*** Source data Section Begins ***

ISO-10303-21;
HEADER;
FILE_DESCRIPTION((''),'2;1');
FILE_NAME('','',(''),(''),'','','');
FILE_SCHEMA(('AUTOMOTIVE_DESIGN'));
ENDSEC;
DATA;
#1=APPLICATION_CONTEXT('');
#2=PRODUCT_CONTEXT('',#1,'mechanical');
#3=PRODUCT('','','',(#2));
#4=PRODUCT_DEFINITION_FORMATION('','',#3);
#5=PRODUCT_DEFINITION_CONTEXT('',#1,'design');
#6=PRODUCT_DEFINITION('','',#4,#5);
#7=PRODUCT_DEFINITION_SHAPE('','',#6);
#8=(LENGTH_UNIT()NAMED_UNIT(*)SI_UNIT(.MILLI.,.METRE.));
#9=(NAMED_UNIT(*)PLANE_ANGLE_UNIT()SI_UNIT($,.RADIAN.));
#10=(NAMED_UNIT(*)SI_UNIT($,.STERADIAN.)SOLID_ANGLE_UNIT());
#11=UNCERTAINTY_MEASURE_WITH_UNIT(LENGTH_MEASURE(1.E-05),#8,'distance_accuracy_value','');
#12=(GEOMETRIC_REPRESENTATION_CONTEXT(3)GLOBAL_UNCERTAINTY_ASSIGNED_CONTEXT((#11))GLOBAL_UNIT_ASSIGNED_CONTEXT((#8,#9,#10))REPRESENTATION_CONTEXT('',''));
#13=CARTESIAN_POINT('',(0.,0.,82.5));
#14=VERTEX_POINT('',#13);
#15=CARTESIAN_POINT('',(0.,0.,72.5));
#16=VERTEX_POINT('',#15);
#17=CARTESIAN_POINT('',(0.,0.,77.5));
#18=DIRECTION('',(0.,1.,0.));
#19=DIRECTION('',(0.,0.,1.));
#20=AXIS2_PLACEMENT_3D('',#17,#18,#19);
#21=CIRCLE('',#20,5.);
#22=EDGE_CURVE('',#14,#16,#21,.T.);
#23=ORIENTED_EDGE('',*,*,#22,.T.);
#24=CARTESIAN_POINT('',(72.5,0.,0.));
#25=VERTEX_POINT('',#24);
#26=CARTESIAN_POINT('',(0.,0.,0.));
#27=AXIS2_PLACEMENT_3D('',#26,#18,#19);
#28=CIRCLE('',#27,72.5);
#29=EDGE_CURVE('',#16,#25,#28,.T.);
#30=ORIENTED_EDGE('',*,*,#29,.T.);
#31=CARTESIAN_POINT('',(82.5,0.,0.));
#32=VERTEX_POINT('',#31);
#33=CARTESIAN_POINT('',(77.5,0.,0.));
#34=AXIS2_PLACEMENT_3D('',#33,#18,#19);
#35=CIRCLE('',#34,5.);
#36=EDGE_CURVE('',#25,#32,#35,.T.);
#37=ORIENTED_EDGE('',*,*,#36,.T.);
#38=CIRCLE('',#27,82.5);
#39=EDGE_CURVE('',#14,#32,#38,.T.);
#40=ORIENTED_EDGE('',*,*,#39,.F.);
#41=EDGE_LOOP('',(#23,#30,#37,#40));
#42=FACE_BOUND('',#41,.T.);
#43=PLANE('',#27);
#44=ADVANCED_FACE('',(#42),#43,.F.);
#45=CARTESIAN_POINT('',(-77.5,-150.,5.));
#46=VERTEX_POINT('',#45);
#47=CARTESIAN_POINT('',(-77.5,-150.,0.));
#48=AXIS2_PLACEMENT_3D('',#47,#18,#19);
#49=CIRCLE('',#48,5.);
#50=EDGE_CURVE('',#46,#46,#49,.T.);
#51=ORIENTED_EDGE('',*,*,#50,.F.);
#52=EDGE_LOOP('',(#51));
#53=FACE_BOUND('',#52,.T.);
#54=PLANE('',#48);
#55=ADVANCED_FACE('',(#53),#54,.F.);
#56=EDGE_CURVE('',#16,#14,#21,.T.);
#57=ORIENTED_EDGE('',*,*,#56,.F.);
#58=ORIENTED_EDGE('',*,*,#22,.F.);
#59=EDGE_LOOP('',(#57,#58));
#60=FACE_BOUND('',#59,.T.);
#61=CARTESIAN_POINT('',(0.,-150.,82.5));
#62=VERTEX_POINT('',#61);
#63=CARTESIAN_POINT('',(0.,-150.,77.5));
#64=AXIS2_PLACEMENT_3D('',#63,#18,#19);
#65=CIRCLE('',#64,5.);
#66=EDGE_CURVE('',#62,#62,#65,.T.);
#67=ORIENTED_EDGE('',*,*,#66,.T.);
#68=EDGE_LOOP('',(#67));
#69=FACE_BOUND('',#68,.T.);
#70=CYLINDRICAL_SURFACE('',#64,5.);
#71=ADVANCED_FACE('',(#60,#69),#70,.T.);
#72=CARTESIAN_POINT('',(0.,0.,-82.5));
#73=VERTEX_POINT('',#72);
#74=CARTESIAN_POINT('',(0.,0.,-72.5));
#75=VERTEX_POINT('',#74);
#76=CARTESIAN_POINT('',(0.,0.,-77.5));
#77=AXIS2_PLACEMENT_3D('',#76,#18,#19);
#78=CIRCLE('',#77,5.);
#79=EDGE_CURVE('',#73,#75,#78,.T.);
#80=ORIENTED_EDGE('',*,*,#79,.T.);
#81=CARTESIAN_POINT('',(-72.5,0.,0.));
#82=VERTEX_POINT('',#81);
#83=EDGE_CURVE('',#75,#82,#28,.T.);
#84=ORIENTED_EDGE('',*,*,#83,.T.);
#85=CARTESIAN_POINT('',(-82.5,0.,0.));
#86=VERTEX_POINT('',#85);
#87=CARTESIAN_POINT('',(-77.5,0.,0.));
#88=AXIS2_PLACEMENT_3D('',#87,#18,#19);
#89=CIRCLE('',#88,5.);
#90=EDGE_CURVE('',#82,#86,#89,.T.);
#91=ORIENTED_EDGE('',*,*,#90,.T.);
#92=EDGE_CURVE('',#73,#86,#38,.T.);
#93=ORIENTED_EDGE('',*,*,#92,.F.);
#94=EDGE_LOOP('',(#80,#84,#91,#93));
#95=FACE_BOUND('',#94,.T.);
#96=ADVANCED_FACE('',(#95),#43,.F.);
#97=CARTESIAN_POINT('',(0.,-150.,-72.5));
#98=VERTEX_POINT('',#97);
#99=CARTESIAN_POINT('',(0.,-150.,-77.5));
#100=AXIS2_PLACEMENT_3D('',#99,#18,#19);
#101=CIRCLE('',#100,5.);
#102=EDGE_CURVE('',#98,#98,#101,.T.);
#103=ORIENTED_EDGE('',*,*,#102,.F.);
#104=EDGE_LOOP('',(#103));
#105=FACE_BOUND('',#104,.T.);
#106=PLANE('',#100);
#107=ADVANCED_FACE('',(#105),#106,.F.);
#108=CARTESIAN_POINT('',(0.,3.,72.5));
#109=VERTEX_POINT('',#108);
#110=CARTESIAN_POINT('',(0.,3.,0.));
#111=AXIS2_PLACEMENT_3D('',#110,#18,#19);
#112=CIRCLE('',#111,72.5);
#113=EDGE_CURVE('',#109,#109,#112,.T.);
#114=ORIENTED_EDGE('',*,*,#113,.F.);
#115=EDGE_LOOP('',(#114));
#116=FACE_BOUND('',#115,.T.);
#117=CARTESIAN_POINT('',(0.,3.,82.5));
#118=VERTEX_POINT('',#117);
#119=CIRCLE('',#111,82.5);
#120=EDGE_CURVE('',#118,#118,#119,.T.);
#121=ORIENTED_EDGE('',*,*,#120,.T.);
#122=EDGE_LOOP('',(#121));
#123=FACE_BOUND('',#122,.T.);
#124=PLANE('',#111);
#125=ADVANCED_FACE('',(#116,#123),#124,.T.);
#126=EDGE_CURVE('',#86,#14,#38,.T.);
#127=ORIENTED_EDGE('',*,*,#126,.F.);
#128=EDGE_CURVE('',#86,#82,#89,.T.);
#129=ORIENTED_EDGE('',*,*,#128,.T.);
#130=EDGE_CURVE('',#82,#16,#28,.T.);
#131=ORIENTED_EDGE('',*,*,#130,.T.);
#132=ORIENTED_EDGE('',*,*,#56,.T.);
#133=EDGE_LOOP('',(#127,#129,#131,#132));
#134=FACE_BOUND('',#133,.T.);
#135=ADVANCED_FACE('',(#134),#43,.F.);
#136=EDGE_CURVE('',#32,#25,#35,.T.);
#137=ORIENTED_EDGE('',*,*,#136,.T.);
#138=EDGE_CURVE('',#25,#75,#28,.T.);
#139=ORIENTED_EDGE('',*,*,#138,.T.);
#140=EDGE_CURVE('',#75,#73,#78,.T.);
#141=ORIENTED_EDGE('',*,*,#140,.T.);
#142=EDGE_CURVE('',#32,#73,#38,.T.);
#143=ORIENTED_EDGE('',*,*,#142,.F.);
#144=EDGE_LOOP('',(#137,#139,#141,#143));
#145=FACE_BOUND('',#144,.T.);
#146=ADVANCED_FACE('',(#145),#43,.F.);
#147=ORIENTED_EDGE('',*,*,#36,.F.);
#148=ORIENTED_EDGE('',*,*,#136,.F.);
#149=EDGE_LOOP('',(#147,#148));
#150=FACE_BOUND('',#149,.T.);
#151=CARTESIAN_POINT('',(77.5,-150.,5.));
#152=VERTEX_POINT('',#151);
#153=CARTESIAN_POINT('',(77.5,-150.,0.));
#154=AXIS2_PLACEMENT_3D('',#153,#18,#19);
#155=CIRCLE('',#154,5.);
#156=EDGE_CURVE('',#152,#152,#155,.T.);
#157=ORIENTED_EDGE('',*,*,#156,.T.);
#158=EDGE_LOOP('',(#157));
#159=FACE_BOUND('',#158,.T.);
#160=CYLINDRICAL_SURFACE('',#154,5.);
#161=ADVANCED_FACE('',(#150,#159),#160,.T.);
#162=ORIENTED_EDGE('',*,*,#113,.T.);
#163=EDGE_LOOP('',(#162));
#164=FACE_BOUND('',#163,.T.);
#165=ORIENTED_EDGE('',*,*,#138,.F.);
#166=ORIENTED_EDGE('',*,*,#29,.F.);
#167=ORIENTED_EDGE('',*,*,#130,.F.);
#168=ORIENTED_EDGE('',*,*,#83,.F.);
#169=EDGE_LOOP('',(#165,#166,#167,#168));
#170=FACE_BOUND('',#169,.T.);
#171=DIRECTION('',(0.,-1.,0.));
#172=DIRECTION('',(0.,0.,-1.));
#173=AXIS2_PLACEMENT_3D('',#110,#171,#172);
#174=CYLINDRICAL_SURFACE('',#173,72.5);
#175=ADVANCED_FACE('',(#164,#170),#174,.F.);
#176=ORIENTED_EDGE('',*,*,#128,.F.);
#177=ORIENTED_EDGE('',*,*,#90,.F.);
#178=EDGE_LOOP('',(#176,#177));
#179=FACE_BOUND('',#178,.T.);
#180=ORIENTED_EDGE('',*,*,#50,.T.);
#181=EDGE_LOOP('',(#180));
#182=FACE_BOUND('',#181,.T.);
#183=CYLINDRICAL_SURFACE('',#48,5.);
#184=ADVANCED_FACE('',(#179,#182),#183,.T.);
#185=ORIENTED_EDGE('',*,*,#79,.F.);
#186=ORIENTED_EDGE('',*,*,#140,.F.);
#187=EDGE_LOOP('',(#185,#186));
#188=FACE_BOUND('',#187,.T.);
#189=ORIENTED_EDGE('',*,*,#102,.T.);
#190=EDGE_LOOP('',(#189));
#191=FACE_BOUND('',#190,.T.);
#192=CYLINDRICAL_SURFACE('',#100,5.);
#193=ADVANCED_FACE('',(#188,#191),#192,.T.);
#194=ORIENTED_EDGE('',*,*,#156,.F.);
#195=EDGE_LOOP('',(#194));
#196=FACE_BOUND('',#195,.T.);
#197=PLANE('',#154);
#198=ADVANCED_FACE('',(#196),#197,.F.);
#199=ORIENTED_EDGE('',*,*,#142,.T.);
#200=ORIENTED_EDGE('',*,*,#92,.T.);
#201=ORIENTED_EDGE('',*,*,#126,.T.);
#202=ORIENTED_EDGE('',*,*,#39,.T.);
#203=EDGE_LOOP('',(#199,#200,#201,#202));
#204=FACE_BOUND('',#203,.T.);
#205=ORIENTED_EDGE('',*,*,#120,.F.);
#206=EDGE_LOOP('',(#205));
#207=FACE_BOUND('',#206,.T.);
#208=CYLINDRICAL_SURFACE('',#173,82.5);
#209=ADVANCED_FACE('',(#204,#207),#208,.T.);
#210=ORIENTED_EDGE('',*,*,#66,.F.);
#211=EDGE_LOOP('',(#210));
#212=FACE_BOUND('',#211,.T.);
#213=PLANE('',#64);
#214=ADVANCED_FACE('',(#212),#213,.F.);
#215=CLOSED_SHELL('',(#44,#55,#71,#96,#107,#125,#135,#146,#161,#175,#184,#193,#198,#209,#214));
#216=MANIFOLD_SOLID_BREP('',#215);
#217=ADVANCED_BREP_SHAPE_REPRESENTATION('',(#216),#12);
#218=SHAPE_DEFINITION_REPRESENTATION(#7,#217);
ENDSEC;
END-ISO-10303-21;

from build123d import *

# Parameters (mm, degrees)
SKETCH1_R           = 82.5
SKETCH1_R_2         = 72.5
BOSS_EXTRUDE1_DEPTH = 3
SKETCH2_R           = 5
BOSS_EXTRUDE2_DEPTH = 150


with BuildPart() as part:
    # Sketch1 → Boss-Extrude1 (new body)
    with BuildSketch(Plane(origin=(0, 0, 0), x_dir=(1, 0, 0), z_dir=(0, 1, 0))):
        Circle(SKETCH1_R)
        Circle(SKETCH1_R_2, mode=Mode.SUBTRACT)
    extrude(amount=BOSS_EXTRUDE1_DEPTH)

    # Sketch2 → Boss-Extrude2 (add)
    with BuildSketch(Plane(origin=(0, 0, 0), x_dir=(1, 0, 0), z_dir=(0, 1, 0))):
        with Locations((-77.5, 0)):
            Circle(SKETCH2_R)
        with Locations((0, -77.5)):
            Circle(SKETCH2_R)
        with Locations((77.5, 0)):
            Circle(SKETCH2_R)
        with Locations((0, 77.5)):
            Circle(SKETCH2_R)
    extrude(amount=-BOSS_EXTRUDE2_DEPTH)


solid = part.part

*** Source data Section Ends ***

Task brief:
Keep both end lines and retype everything in the records above from the line containing "#159=FACE_BOUND('',#158,.T.);" through the line containing "#167=ORIENTED_EDGE('',*,*,#130,.F.);", exactly, with nothing else.

Written response:
#159=FACE_BOUND('',#158,.T.);
#160=CYLINDRICAL_SURFACE('',#154,5.);
#161=ADVANCED_FACE('',(#150,#159),#160,.T.);
#162=ORIENTED_EDGE('',*,*,#113,.T.);
#163=EDGE_LOOP('',(#162));
#164=FACE_BOUND('',#163,.T.);
#165=ORIENTED_EDGE('',*,*,#138,.F.);
#166=ORIENTED_EDGE('',*,*,#29,.F.);
#167=ORIENTED_EDGE('',*,*,#130,.F.);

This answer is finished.